Le Gouvernement de la République algérienne démocratique et populaire déclare, en vertu du paragraphe 1 de l’article 287 de la Convention des Nations Unies sur le droit de la mer, qu’il choisit le Tribunal international du droit de la mer pour le règlement des différends relatifs à l’interprétation ou à l’application de la Convention.

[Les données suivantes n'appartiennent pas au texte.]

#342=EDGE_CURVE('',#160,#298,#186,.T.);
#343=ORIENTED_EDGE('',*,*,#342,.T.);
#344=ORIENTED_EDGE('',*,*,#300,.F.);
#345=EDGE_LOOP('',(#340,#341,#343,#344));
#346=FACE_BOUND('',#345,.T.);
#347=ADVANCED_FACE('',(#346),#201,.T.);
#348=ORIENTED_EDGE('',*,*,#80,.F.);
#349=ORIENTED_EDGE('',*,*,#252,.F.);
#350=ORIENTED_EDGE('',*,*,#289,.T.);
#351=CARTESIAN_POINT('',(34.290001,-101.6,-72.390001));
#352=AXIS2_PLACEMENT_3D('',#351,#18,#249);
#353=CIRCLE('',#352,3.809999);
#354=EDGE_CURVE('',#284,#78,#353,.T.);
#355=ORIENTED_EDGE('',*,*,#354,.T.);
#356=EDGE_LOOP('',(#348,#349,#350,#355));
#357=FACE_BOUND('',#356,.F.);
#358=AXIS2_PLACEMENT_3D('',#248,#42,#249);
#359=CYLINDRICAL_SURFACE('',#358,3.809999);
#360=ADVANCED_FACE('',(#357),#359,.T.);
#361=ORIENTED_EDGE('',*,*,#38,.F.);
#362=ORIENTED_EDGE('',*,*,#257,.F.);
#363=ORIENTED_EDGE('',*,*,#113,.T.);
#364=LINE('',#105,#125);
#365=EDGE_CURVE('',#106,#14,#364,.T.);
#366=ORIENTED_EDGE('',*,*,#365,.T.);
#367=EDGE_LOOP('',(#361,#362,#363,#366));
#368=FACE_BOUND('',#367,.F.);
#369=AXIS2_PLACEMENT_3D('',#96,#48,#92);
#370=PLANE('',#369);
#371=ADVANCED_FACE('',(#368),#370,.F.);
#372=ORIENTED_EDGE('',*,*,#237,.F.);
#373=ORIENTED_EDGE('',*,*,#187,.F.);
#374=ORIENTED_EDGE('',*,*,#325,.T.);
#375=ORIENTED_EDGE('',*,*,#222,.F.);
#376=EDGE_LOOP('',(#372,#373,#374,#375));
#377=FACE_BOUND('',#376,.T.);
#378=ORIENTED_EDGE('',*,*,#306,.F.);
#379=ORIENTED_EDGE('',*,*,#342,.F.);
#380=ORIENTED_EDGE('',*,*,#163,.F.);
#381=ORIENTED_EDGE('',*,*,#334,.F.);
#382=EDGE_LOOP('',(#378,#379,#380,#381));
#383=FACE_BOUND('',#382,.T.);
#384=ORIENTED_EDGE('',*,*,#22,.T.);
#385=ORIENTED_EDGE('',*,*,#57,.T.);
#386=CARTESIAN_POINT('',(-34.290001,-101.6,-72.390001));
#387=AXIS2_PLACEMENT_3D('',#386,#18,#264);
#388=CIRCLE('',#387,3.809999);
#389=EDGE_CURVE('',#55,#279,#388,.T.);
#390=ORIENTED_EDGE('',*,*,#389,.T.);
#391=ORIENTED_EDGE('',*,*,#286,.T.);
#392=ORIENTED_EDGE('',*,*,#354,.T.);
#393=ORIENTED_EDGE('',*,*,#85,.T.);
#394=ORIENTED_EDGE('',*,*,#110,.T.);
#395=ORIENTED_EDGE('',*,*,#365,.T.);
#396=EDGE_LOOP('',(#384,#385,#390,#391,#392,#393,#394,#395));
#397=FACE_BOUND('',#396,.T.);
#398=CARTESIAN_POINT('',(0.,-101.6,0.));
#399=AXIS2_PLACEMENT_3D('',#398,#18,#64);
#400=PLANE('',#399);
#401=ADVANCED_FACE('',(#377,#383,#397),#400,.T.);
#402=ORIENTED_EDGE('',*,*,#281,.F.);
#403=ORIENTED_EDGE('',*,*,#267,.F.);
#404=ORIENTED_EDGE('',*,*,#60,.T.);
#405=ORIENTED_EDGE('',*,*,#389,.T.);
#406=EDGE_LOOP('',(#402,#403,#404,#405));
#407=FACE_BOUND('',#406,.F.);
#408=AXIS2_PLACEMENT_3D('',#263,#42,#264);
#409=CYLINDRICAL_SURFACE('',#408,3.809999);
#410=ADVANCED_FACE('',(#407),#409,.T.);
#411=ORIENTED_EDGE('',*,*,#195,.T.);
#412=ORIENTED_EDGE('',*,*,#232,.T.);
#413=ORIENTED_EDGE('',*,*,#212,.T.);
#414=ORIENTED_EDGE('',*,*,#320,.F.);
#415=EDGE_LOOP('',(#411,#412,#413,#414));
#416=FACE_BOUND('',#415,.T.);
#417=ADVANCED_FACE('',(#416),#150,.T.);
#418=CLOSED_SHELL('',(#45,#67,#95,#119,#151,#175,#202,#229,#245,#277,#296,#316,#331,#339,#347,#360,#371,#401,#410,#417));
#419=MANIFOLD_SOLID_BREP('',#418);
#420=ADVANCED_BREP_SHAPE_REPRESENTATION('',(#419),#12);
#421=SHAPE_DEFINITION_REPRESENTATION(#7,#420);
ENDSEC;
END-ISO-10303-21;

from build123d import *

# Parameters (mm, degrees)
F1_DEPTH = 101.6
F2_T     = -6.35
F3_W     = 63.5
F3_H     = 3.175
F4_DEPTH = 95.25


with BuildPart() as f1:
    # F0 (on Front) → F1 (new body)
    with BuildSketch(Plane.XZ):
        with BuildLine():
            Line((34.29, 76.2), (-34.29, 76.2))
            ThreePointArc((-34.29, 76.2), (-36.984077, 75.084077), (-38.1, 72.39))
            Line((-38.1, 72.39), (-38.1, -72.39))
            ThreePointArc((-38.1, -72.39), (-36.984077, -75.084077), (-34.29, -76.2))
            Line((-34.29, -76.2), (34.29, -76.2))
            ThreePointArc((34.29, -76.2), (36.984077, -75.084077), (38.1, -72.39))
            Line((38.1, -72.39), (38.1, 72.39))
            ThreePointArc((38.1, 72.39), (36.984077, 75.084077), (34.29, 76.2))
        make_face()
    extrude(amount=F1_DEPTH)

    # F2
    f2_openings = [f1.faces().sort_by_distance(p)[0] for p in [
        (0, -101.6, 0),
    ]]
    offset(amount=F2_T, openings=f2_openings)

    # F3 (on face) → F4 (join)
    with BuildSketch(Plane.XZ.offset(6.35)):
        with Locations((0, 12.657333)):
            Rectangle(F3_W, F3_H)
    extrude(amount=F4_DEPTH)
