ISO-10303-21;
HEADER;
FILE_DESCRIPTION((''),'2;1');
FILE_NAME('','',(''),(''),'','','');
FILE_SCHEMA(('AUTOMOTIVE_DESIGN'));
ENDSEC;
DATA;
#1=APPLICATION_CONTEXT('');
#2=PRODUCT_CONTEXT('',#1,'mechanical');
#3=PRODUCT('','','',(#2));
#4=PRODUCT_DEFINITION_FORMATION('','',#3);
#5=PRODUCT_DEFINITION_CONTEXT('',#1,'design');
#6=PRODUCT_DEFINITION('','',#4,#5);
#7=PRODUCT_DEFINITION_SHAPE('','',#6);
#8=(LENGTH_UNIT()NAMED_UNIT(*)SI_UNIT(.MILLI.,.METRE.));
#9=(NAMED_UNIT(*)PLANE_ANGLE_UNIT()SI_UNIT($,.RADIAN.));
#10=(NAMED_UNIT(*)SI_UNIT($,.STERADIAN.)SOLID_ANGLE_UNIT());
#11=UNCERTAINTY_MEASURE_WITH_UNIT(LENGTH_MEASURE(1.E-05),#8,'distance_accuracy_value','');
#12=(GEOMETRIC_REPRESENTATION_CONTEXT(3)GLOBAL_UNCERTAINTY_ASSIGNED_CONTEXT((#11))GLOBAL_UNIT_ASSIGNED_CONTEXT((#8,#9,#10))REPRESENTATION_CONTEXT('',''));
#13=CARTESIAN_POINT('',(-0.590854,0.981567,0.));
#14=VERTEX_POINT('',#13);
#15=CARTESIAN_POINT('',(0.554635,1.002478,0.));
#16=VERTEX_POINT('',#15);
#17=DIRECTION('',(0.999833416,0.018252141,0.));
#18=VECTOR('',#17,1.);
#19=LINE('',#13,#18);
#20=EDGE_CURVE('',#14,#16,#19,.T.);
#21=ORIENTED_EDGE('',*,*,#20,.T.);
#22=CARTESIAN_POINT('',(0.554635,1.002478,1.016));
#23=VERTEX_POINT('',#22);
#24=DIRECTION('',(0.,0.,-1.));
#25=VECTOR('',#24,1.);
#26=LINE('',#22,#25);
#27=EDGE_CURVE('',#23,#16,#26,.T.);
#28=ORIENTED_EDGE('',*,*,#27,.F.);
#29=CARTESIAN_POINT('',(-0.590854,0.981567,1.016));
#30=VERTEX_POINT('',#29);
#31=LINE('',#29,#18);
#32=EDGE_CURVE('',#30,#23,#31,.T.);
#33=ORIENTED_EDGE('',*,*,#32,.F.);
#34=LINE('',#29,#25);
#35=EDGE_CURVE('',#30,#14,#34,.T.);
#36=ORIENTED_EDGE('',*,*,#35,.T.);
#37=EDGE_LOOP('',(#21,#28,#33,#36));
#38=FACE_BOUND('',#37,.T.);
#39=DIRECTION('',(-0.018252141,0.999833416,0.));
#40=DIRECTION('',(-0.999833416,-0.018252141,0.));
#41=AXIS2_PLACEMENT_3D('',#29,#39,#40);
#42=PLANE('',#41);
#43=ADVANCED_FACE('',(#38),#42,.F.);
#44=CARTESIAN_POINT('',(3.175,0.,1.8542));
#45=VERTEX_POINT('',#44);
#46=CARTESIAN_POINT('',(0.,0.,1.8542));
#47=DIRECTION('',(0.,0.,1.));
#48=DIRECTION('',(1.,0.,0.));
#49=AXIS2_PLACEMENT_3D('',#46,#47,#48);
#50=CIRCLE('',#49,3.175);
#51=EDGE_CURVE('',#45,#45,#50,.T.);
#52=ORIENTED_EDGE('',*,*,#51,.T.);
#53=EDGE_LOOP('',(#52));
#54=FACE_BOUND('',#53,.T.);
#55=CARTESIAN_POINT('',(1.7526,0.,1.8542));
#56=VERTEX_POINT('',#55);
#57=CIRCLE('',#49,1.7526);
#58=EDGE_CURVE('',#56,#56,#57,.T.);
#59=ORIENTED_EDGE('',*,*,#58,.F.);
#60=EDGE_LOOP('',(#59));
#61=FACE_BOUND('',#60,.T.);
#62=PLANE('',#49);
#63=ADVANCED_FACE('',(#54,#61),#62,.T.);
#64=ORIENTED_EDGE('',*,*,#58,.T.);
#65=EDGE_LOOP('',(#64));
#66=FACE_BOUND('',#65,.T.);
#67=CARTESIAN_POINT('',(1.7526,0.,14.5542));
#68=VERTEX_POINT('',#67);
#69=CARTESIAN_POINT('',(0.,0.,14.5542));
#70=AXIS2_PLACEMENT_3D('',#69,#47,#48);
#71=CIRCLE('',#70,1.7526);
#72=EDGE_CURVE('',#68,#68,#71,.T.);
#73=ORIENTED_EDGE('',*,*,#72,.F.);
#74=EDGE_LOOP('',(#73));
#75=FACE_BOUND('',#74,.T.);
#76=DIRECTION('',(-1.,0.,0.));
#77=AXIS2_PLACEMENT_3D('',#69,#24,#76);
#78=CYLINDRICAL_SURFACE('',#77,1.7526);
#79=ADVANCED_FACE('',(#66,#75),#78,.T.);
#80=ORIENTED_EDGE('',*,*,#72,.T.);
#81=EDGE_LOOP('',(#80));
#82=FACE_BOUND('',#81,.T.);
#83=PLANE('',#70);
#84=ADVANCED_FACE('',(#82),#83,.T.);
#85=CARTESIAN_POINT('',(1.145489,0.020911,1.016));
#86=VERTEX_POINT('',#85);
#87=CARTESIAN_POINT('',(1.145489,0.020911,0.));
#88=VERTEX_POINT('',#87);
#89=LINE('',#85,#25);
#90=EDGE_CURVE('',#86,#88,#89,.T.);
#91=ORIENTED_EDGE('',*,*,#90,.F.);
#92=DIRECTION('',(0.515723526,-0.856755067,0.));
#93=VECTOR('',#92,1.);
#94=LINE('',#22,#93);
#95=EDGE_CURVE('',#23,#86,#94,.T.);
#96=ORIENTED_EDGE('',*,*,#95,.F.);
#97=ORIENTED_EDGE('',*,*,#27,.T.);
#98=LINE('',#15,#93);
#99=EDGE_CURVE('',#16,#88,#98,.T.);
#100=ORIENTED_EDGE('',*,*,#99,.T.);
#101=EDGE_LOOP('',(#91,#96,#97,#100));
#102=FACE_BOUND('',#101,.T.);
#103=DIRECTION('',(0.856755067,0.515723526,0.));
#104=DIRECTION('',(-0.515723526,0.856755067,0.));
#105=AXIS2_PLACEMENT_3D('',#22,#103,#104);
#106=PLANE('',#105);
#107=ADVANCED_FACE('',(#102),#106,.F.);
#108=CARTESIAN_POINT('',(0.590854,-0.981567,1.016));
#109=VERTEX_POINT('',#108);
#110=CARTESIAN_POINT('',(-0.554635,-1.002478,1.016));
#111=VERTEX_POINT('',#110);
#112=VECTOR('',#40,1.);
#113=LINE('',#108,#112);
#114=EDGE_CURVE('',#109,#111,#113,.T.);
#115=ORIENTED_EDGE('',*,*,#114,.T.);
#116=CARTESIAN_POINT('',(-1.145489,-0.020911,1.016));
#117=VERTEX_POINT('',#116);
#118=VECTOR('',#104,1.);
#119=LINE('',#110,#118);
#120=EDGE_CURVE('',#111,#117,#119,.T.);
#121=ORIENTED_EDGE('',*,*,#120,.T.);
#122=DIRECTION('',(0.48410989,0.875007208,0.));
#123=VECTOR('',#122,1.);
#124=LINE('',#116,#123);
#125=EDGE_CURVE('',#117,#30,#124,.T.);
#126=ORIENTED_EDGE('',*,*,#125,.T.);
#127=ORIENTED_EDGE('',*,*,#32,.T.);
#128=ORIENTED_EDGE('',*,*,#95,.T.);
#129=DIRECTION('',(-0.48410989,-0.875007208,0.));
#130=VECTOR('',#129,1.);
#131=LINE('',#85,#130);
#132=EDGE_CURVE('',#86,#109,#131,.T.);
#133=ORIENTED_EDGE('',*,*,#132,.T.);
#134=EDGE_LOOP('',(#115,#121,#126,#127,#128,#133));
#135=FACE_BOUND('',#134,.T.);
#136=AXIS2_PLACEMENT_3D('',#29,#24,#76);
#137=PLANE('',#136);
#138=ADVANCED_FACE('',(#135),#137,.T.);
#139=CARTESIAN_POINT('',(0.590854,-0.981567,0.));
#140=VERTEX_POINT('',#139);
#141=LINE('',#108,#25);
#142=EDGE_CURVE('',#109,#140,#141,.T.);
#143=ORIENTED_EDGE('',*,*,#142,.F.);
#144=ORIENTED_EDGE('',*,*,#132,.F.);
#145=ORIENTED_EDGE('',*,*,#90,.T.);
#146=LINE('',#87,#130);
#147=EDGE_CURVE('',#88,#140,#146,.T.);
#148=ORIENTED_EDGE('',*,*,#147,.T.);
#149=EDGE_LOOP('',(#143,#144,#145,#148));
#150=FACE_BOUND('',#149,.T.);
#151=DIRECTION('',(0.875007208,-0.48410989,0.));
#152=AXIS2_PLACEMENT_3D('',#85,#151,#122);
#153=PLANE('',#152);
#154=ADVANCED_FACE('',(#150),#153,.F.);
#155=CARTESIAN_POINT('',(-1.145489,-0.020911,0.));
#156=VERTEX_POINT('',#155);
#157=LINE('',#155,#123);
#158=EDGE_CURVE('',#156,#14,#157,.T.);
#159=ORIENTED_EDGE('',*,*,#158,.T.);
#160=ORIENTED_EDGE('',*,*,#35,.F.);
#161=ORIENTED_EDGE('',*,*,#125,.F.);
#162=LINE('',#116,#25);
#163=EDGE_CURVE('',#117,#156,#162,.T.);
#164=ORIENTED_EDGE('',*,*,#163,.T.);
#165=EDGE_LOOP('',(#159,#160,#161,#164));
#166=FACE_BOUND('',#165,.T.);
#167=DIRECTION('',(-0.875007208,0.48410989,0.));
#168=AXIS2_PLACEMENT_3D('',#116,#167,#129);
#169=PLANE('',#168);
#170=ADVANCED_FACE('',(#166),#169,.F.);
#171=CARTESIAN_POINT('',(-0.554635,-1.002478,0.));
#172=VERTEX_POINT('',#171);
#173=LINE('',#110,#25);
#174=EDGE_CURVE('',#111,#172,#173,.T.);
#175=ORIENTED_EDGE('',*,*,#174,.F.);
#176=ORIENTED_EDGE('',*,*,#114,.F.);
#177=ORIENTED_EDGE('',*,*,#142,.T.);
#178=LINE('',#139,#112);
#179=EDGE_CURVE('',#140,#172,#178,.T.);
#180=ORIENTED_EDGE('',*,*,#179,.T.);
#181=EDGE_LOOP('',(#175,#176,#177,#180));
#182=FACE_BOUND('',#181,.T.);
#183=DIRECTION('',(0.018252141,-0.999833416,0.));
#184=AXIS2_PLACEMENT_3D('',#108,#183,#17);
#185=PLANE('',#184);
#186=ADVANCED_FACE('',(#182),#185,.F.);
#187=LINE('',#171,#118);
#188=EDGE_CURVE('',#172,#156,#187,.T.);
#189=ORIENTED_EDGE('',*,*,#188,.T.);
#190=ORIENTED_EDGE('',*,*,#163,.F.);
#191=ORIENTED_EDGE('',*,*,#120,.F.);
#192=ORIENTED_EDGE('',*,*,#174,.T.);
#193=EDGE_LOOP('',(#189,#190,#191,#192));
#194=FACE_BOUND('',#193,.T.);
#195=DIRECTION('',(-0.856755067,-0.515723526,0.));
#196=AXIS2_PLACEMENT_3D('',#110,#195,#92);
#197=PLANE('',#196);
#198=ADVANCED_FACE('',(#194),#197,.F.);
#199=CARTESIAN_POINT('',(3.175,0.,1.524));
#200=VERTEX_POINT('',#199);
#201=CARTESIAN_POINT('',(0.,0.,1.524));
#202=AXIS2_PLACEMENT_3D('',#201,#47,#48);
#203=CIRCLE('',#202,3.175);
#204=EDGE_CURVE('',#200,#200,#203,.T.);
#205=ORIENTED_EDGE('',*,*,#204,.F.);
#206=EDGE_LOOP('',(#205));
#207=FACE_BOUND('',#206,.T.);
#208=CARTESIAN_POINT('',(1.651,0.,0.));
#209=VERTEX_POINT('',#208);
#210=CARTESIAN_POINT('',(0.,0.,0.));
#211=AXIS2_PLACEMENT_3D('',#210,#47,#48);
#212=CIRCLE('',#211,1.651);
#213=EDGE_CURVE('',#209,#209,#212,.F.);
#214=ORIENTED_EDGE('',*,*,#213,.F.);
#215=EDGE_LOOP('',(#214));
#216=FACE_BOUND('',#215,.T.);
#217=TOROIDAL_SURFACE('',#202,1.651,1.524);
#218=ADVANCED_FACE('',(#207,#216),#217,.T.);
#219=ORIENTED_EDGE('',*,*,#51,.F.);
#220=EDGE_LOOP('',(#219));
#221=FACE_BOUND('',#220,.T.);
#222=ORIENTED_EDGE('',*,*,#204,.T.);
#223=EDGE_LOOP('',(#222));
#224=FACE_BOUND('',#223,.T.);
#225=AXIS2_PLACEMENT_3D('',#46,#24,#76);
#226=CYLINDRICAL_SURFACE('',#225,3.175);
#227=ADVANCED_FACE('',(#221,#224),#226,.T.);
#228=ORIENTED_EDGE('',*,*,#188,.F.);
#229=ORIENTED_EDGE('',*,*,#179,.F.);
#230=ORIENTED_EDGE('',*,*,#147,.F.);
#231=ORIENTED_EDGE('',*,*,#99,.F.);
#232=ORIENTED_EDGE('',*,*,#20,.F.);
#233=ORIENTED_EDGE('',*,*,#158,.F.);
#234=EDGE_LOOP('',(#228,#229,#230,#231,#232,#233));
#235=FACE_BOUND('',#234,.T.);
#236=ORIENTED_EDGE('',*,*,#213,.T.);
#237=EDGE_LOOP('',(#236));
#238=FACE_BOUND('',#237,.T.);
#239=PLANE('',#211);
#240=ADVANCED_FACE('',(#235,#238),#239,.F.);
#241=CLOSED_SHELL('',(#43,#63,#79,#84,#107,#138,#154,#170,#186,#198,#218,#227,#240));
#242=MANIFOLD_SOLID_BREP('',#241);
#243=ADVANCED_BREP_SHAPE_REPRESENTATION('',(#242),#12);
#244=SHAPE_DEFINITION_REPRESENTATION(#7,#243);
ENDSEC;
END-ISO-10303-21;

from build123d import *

# Parameters (mm, degrees)
SKETCH1_R      = 3.175
EXTRUDE1_DEPTH = 1.8542
FILLET1_R      = 1.524
SKETCH2_R      = 1.7526
EXTRUDE2_DEPTH = 12.7
EXTRUDE3_DEPTH = 1.016


with BuildPart() as part:
    # Sketch1 → Extrude1 (new body)
    with BuildSketch(Plane.XY):
        Circle(SKETCH1_R)
    extrude(amount=EXTRUDE1_DEPTH)

    # Fillet1
    fillet1_edges = [part.edges().sort_by_distance(p)[0] for p in [
        (-3.175, 0, 0),
    ]]
    fillet(fillet1_edges, radius=FILLET1_R)

    # Sketch2 → Extrude2 (add)
    with BuildSketch(Plane.XY.offset(1.8542)):
        Circle(SKETCH2_R)
    extrude(amount=EXTRUDE2_DEPTH)

    # Sketch3 → Extrude3 (cut)
    with BuildSketch(Plane(origin=(0, 0, 0), x_dir=(-1, 0, 0), z_dir=(0, 0, -1))):
        Polygon((0.59085384, 0.981566666), (-0.554634748, 1.002477769), (-1.145488588, 0.020911103), (-0.59085384, -0.981566666), (0.554634748, -1.002477769), (1.145488588, -0.020911103), align=None)
    extrude(amount=-EXTRUDE3_DEPTH, mode=Mode.SUBTRACT)


solid = part.part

Déclaration en vertu de l’article 298 de la Convention

Le Gouvernement de la République algérienne démocratique et populaire, en vertu de l’article 298 de la Convention des Nations Unies sur le droit de la mer, n’accepte aucune des procédures prévues à la section 2 de la partie XV, en ce qui concerne les différends énoncés ci-après :

(a)
(i) les différends concernant l’interprétation ou l’application des articles 15, 74 et 83 relatifs à la délimitation de zones maritimes ou les différends qui portent sur des baies ou titres historiques, pourvu que l’État qui a fait la déclaration accepte, lorsqu’un tel différend surgit après l’entrée en vigueur de la Convention et si les parties ne parviennent à aucun accord par voie de négociations dans un délai raisonnable, de le soumettre, à la demande de l’une d’entre elles, à la conciliation selon la procédure prévue à la section 2 de l’annexe V, et étant entendu que ne peut être soumis à cette procédure aucun différend impliquant nécessairement l’examen simultané d’un différend non réglé relatif à la souveraineté ou à d’autres droits sur un territoire continental ou insulaire ;
(ii) une fois que la commission de conciliation a présenté son rapport, qui doit être motivé, les parties négocient un accord sur la base de ce rapport ; si les négociations n’aboutissent pas, les parties soumettent la question, par consentement mutuel, aux procédures prévues à la section 2, à moins qu’elles n’en conviennent autrement ;
(iii) le présent alinéa ne s’applique ni aux différends relatifs à la délimitation de zones maritimes qui ont été définitivement réglés par un arrangement entre les parties, ni aux différends qui doivent être réglés conformément à un accord bilatéral ou multilatéral liant les parties ;
(b) les différends relatifs à des activités militaires, y compris les activités militaires des navires et aéronefs d’État utilisés pour un service non commercial, et les différends qui concernent les actes d’exécution forcée accomplis dans l’exercice de droits souverains ou de la juridiction et que l’article 297, paragraphe 2 ou 3, exclut de la compétence d’une cour ou d’un tribunal ;
(c) les différends pour lesquels le Conseil de sécurité de l’Organisation des Nations Unies exerce les fonctions qui lui sont conférées par la Charte des Nations Unies, à moins que le Conseil de sécurité ne décide de rayer la question de son ordre du jour ou n’invite les parties à régler leur différend par les moyens prévus dans la Convention.